◆ Collected data entries:
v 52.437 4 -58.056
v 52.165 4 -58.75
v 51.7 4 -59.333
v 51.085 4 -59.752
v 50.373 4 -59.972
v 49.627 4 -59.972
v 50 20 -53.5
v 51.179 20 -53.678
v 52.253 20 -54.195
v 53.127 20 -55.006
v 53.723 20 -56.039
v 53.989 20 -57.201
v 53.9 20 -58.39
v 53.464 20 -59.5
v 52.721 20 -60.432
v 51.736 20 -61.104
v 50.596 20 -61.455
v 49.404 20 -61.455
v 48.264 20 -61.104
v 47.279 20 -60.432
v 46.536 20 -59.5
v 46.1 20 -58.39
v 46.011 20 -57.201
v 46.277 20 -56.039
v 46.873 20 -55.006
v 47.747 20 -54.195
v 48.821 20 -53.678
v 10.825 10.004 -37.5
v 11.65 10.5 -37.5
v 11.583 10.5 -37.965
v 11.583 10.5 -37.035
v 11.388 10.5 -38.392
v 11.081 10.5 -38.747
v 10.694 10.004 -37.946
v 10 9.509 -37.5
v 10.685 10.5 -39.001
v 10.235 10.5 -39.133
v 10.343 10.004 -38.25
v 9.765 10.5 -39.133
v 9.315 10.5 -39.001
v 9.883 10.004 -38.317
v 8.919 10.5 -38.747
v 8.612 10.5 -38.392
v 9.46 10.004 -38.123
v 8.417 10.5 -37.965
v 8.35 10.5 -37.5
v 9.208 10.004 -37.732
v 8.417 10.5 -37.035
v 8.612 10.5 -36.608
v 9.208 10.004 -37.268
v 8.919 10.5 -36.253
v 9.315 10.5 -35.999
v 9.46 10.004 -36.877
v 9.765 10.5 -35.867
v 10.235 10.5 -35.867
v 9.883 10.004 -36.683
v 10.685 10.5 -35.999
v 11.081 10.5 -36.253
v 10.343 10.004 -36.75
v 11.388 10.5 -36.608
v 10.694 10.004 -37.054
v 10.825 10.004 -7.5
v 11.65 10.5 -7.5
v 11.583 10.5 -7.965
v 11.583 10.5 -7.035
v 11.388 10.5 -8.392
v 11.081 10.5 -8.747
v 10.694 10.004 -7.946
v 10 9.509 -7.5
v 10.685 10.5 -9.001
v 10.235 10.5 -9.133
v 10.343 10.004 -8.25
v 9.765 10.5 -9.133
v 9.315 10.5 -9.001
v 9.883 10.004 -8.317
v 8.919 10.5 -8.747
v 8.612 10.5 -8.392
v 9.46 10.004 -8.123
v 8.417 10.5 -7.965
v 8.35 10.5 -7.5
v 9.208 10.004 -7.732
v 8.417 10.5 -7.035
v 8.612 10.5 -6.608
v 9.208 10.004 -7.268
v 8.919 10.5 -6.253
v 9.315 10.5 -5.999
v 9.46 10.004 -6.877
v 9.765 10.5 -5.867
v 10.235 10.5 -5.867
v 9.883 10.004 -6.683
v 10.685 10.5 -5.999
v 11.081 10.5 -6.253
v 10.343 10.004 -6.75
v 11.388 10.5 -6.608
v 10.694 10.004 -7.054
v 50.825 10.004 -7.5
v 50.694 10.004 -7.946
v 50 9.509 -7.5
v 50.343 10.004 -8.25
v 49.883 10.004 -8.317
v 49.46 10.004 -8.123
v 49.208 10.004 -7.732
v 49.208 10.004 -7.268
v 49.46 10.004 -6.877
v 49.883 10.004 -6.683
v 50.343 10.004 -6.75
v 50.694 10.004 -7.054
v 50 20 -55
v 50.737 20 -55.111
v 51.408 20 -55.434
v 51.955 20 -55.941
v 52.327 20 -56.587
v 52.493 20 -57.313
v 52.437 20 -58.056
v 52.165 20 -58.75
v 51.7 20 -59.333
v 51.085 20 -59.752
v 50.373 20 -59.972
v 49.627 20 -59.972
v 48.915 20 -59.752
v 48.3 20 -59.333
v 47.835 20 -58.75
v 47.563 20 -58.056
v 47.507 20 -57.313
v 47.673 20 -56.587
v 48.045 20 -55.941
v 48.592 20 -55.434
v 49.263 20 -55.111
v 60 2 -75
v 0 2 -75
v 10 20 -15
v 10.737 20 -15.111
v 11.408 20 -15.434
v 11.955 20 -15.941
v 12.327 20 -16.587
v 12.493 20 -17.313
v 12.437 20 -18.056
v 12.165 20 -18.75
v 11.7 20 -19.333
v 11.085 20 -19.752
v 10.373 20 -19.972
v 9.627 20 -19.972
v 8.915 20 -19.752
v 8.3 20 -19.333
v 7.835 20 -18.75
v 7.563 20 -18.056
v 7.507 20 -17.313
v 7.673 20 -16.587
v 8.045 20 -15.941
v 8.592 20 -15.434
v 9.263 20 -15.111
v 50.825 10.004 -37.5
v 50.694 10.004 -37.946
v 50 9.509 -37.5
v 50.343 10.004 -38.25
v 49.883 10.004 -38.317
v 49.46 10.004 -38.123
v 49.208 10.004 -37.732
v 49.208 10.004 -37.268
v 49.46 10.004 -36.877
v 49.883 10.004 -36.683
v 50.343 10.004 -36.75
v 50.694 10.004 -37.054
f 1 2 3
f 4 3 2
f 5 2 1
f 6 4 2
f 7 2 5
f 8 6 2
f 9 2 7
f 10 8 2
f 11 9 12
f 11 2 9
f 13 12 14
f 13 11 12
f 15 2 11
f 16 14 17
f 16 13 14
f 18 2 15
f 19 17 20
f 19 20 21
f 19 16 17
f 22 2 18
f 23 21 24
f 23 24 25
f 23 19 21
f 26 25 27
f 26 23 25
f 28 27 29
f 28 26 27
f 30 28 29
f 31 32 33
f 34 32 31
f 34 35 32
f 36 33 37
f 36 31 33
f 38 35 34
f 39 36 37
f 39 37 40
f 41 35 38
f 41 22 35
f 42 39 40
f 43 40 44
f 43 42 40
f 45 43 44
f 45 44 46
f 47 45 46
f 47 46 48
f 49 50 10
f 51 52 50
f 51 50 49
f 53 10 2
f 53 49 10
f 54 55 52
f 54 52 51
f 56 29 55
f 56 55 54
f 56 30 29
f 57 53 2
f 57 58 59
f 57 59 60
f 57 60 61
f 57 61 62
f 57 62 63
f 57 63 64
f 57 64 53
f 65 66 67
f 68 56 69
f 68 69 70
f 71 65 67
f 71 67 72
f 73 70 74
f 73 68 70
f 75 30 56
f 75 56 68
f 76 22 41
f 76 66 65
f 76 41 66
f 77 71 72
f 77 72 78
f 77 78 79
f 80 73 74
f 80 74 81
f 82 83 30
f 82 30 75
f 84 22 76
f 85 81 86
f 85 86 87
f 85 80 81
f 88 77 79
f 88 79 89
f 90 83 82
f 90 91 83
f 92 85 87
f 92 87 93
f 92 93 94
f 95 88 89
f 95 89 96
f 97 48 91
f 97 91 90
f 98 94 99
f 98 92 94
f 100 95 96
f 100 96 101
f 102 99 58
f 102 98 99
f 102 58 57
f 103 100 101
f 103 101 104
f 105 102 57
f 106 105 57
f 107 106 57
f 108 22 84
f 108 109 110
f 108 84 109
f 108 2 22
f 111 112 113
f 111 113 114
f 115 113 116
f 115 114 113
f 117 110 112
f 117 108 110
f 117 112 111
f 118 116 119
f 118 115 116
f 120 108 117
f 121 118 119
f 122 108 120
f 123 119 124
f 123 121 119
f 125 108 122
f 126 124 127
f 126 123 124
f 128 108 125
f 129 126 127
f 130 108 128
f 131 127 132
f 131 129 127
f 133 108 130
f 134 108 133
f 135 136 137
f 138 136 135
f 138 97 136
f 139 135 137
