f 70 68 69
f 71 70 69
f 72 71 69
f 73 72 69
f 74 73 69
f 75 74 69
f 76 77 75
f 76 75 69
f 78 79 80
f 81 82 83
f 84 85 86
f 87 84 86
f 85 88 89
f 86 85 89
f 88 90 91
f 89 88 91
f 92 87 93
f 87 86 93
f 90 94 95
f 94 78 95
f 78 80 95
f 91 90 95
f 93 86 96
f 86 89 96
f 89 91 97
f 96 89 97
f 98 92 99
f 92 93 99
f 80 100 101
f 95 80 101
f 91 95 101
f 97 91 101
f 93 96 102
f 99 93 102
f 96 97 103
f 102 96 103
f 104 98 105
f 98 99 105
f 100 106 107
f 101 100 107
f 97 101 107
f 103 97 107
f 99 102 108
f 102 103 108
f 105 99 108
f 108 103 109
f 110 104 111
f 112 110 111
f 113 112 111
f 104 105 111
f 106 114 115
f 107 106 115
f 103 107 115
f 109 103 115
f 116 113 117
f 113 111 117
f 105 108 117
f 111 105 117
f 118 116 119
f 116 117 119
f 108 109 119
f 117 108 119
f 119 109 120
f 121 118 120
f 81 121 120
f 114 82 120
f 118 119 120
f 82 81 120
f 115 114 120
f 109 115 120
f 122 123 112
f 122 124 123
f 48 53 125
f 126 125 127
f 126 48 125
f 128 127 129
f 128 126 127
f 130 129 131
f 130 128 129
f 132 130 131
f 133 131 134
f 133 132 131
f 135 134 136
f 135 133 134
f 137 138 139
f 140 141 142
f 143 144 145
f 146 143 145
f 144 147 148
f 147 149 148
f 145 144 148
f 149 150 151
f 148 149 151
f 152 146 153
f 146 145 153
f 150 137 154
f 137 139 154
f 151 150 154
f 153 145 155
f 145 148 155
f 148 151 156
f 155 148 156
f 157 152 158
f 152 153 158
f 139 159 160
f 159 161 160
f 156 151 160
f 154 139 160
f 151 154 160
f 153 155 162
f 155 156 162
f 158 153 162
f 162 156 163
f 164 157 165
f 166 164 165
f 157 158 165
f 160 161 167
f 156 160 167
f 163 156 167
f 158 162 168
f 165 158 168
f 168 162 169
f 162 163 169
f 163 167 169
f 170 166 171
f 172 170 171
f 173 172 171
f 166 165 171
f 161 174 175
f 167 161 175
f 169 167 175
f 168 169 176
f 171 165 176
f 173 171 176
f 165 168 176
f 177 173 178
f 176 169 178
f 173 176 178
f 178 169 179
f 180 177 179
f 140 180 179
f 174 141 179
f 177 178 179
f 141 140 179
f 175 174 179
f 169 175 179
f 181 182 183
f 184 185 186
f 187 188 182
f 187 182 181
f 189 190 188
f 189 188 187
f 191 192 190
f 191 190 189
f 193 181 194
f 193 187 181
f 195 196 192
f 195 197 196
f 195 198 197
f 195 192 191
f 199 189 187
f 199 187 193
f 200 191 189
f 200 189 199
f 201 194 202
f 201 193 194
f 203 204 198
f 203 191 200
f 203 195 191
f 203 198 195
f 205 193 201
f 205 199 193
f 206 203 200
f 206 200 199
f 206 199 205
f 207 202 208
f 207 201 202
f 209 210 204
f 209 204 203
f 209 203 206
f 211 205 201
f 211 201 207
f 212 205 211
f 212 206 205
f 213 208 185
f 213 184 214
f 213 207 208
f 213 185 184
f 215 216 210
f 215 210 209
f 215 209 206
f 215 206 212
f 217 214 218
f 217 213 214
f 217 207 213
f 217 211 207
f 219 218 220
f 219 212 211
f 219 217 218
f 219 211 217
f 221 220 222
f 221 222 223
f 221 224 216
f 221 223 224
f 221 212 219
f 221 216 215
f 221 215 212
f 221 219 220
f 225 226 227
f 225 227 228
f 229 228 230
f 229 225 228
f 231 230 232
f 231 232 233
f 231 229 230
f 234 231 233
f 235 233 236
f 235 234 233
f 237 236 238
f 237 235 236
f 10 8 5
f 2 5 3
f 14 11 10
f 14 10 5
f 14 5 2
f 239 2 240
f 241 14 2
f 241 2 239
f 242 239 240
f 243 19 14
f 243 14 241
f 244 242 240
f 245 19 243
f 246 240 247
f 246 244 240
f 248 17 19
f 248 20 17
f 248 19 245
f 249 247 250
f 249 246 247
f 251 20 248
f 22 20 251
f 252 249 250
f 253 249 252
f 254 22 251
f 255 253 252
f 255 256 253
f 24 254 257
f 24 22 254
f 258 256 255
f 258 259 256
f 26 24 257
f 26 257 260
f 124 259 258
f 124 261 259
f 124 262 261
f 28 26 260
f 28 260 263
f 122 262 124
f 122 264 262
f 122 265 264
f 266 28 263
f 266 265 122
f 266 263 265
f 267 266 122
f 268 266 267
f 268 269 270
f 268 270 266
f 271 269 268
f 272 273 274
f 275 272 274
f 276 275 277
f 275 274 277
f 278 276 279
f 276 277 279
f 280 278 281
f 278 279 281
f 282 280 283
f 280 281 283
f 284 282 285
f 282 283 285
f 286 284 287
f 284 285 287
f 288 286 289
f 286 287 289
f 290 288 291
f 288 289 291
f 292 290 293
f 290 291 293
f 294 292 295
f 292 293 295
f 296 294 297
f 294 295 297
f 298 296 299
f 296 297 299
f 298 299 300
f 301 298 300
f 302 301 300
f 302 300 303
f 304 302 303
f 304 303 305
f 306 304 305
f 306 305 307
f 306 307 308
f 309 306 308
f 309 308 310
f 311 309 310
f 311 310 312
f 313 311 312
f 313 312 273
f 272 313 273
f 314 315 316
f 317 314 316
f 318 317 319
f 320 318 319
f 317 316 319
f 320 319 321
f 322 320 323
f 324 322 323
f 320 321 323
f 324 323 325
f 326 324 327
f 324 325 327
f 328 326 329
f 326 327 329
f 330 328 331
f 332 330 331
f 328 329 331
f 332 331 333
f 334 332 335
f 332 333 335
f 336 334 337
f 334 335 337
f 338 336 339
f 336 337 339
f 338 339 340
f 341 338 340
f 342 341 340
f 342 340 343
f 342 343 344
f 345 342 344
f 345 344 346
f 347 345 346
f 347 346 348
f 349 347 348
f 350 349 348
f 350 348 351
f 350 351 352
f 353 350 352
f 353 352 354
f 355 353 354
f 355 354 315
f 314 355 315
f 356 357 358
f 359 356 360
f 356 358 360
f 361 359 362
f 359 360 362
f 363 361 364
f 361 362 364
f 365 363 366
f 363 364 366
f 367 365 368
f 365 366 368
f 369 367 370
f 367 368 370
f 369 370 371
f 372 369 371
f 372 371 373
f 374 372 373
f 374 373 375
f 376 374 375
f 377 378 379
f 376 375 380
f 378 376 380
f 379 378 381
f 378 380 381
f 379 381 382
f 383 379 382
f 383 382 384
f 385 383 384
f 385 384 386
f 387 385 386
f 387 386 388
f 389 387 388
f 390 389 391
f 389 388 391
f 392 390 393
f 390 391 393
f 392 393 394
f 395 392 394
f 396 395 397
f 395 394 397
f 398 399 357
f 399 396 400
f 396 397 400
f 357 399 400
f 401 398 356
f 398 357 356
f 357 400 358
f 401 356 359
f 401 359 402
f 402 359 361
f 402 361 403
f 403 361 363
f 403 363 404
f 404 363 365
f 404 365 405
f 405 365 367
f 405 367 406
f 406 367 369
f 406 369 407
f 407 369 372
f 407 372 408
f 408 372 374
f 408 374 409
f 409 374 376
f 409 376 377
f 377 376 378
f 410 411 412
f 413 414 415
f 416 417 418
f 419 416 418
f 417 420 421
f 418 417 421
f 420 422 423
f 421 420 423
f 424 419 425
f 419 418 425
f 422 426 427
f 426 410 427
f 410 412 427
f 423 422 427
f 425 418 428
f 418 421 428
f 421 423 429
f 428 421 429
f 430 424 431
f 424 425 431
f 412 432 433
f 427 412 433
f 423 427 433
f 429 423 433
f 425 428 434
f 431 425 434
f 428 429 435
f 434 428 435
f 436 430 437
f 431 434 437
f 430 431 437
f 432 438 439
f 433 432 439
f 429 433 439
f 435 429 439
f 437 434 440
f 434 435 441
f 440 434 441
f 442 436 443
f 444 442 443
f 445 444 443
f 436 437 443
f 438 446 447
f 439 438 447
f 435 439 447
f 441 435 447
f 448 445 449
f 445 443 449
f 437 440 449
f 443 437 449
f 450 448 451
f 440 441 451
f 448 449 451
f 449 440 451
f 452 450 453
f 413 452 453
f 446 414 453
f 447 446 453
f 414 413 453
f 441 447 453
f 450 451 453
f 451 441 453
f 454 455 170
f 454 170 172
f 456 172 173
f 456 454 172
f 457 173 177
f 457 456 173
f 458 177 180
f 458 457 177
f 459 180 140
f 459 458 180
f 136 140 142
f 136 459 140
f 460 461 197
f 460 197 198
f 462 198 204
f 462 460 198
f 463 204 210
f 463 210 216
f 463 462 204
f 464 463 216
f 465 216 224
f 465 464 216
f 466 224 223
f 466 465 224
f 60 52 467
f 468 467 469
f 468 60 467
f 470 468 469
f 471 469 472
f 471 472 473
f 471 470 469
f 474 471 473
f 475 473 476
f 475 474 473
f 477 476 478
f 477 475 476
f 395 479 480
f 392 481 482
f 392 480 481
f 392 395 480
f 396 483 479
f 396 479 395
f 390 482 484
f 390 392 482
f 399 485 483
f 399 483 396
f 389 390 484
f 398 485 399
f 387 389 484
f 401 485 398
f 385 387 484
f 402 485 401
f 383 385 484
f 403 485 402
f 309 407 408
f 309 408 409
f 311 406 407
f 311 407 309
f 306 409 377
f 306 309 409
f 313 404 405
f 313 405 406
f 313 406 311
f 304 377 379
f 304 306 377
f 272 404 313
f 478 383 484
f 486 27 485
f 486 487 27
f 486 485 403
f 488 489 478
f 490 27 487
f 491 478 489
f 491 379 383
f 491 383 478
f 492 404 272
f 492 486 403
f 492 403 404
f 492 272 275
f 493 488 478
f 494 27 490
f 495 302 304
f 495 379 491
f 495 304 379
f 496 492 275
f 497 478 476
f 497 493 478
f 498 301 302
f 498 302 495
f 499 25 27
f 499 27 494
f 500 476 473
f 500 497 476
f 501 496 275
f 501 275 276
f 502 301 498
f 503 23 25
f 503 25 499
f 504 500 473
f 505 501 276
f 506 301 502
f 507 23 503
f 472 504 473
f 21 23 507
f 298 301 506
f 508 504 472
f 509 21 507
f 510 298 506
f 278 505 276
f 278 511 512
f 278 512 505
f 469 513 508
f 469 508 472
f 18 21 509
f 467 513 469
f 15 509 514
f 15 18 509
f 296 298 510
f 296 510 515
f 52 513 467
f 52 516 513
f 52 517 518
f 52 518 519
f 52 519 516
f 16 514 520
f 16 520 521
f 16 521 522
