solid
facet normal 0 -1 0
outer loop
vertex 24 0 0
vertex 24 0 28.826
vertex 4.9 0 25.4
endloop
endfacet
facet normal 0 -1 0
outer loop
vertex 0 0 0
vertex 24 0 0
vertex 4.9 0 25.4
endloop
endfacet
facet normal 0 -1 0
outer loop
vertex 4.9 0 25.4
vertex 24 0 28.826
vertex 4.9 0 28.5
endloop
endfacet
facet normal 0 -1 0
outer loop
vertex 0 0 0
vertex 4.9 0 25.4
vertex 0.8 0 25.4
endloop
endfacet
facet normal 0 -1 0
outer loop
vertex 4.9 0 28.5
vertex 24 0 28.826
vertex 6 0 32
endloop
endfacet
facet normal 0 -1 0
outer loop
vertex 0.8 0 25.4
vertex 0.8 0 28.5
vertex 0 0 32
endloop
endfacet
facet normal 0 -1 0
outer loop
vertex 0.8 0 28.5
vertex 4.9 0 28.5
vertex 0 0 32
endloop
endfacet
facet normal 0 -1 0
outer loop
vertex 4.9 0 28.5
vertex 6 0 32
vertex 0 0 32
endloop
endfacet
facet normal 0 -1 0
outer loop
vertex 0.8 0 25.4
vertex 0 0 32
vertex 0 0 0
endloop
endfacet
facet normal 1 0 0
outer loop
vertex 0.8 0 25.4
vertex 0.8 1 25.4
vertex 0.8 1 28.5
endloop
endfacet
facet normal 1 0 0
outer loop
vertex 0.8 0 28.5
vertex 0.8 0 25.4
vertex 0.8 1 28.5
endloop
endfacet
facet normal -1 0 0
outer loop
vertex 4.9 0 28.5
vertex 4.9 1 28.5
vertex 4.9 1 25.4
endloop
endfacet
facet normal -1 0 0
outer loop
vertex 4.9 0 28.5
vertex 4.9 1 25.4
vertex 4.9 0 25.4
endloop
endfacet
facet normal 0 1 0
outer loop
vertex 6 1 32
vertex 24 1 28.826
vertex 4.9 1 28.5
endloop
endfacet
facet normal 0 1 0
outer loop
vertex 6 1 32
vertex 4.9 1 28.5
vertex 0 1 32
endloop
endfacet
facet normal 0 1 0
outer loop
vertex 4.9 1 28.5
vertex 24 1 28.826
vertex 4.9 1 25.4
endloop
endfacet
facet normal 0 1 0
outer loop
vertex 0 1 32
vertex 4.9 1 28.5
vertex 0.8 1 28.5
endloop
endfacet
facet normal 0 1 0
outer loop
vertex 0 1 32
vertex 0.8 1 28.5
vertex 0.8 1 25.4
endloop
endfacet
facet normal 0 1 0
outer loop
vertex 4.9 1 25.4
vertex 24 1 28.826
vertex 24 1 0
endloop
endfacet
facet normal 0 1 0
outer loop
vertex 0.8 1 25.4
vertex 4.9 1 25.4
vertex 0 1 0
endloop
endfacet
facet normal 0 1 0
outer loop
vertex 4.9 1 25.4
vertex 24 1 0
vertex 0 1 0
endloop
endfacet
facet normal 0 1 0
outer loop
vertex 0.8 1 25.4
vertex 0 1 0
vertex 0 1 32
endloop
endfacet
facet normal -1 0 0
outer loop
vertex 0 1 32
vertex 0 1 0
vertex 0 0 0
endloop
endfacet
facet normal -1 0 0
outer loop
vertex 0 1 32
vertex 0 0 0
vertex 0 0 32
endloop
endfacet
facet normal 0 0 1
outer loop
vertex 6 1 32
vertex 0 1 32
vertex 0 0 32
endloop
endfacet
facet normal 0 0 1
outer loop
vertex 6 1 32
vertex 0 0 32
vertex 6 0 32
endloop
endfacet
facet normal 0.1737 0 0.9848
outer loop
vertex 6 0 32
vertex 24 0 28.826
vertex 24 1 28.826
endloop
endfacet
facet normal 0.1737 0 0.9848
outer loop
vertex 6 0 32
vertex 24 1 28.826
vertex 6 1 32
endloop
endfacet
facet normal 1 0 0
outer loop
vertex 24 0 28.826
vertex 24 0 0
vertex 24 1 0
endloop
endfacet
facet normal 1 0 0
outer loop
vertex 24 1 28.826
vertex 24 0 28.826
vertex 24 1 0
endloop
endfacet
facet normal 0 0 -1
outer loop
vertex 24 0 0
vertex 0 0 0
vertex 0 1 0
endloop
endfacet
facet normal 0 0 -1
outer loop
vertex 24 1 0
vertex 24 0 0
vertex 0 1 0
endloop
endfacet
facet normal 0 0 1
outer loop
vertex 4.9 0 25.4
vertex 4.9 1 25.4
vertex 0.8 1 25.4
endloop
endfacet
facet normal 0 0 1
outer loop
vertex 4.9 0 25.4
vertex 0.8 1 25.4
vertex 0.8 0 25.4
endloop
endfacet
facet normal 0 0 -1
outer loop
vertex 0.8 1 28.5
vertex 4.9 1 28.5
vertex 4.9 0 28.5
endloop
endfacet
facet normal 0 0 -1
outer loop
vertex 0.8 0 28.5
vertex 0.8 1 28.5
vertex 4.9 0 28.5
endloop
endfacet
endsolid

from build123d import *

# Parameters (mm, degrees)
SKETCH_3_W          = 2.5
SKETCH_3_H          = 24
EXTRUDE_1_DEPTH     = 33
FILLET_1_R          = 1
CUT_EXTRUDE_1_DEPTH = 41.880924647
SKETCH_5_W          = 2.5
SKETCH_5_H          = 3.1
CUT_EXTRUDE_2_DEPTH = 4.9
SKETCH_6_W          = 24
SKETCH_6_H          = 2.5
CUT_EXTRUDE_3_DEPTH = 1
CUT_EXTRUDE_4_DEPTH = 41.078048855
SKETCH_8_W          = 0.8
SKETCH_8_H          = 3.1
EXTRUDE_2_DEPTH     = 2.5
SKETCH_10_W         = 4.1
SKETCH_10_H         = 3.1
CUT_EXTRUDE_5_DEPTH = 41.028115119


with BuildPart() as part:
    # 草图3 → 凸台-拉伸1 (new body)
    with BuildSketch(Plane(origin=(0, 0, 0), x_dir=(0, 1, 0), z_dir=(0, 0, 1))):
        with Locations((1.25, -12)):
            Rectangle(SKETCH_3_W, SKETCH_3_H)
    extrude(amount=EXTRUDE_1_DEPTH)

    # 圆角1
    fillet_1_edges = [part.edges().sort_by_distance(p)[0] for p in [
        (24, 2.5, 16.5),
    ]]
    fillet(fillet_1_edges, radius=FILLET_1_R)

    # 草图4 → 切除-拉伸1 (cut, through all)
    with BuildSketch(Plane.XZ):
        Polygon((3, 33), (24, 31.162738066), (24, 33), align=None)
    extrude(amount=-CUT_EXTRUDE_1_DEPTH, mode=Mode.SUBTRACT)

    # 草图5 → 切除-拉伸2 (cut)
    with BuildSketch(Plane(origin=(0, 0, 0), x_dir=(0, -1, 0), z_dir=(-1, 0, 0))):
        with Locations((-1.25, 26.95)):
            Rectangle(SKETCH_5_W, SKETCH_5_H)
    extrude(amount=-CUT_EXTRUDE_2_DEPTH, mode=Mode.SUBTRACT)

    # 草图6 → 切除-拉伸3 (cut)
    with BuildSketch(Plane.XY.offset(33)):
        with Locations((12, 1.25)):
            Rectangle(SKETCH_6_W, SKETCH_6_H)
    extrude(amount=-CUT_EXTRUDE_3_DEPTH, mode=Mode.SUBTRACT)

    # 草图7 → 切除-拉伸4 (cut, through all)
    with BuildSketch(Plane.XZ):
        Polygon((24, 31.162738066), (24, 28.826114347), (6, 32), (14.430052303, 32), align=None)
    extrude(amount=-CUT_EXTRUDE_4_DEPTH, mode=Mode.SUBTRACT)

    # 草图8 → 凸台-拉伸2 (add)
    with BuildSketch(Plane(origin=(0, 2.5, 0), x_dir=(-1, 0, 0), z_dir=(0, 1, 0))):
        with Locations((-0.4, 26.95)):
            Rectangle(SKETCH_8_W, SKETCH_8_H)
    extrude(amount=-EXTRUDE_2_DEPTH)

    # 草图10 → 切除-拉伸5 (cut, through all)
    with BuildSketch(Plane(origin=(0, 1, 0), x_dir=(-1, 0, 0), z_dir=(0, -1, 0))):
        Polygon((-6, -32), (0, -32), (0, 0), (-24, 0), (-24, -28.826114347), align=None)
        with Locations((-2.85, -26.95)):
            Rectangle(SKETCH_10_W, SKETCH_10_H, mode=Mode.SUBTRACT)
    extrude(amount=-CUT_EXTRUDE_5_DEPTH, mode=Mode.SUBTRACT)


solid = part.part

◆ TASK: Return exactly, and only, the lines above starting at the line that contains "f 306 305 307" and ending at the line that contains "f 413 414 415".

◆ ANSWER TO THIS PROBLEM:
f 306 305 307
f 306 307 308
f 309 306 308
f 309 308 310
f 311 309 310
f 311 310 312
f 313 311 312
f 313 312 273
f 272 313 273
f 314 315 316
f 317 314 316
f 318 317 319
f 320 318 319
f 317 316 319
f 320 319 321
f 322 320 323
f 324 322 323
f 320 321 323
f 324 323 325
f 326 324 327
f 324 325 327
f 328 326 329
f 326 327 329
f 330 328 331
f 332 330 331
f 328 329 331
f 332 331 333
f 334 332 335
f 332 333 335
f 336 334 337
f 334 335 337
f 338 336 339
f 336 337 339
f 338 339 340
f 341 338 340
f 342 341 340
f 342 340 343
f 342 343 344
f 345 342 344
f 345 344 346
f 347 345 346
f 347 346 348
f 349 347 348
f 350 349 348
f 350 348 351
f 350 351 352
f 353 350 352
f 353 352 354
f 355 353 354
f 355 354 315
f 314 355 315
f 356 357 358
f 359 356 360
f 356 358 360
f 361 359 362
f 359 360 362
f 363 361 364
f 361 362 364
f 365 363 366
f 363 364 366
f 367 365 368
f 365 366 368
f 369 367 370
f 367 368 370
f 369 370 371
f 372 369 371
f 372 371 373
f 374 372 373
f 374 373 375
f 376 374 375
f 377 378 379
f 376 375 380
f 378 376 380
f 379 378 381
f 378 380 381
f 379 381 382
f 383 379 382
f 383 382 384
f 385 383 384
f 385 384 386
f 387 385 386
f 387 386 388
f 389 387 388
f 390 389 391
f 389 388 391
f 392 390 393
f 390 391 393
f 392 393 394
f 395 392 394
f 396 395 397
f 395 394 397
f 398 399 357
f 399 396 400
f 396 397 400
f 357 399 400
f 401 398 356
f 398 357 356
f 357 400 358
f 401 356 359
f 401 359 402
f 402 359 361
f 402 361 403
f 403 361 363
f 403 363 404
f 404 363 365
f 404 365 405
f 405 365 367
f 405 367 406
f 406 367 369
f 406 369 407
f 407 369 372
f 407 372 408
f 408 372 374
f 408 374 409
f 409 374 376
f 409 376 377
f 377 376 378
f 410 411 412
f 413 414 415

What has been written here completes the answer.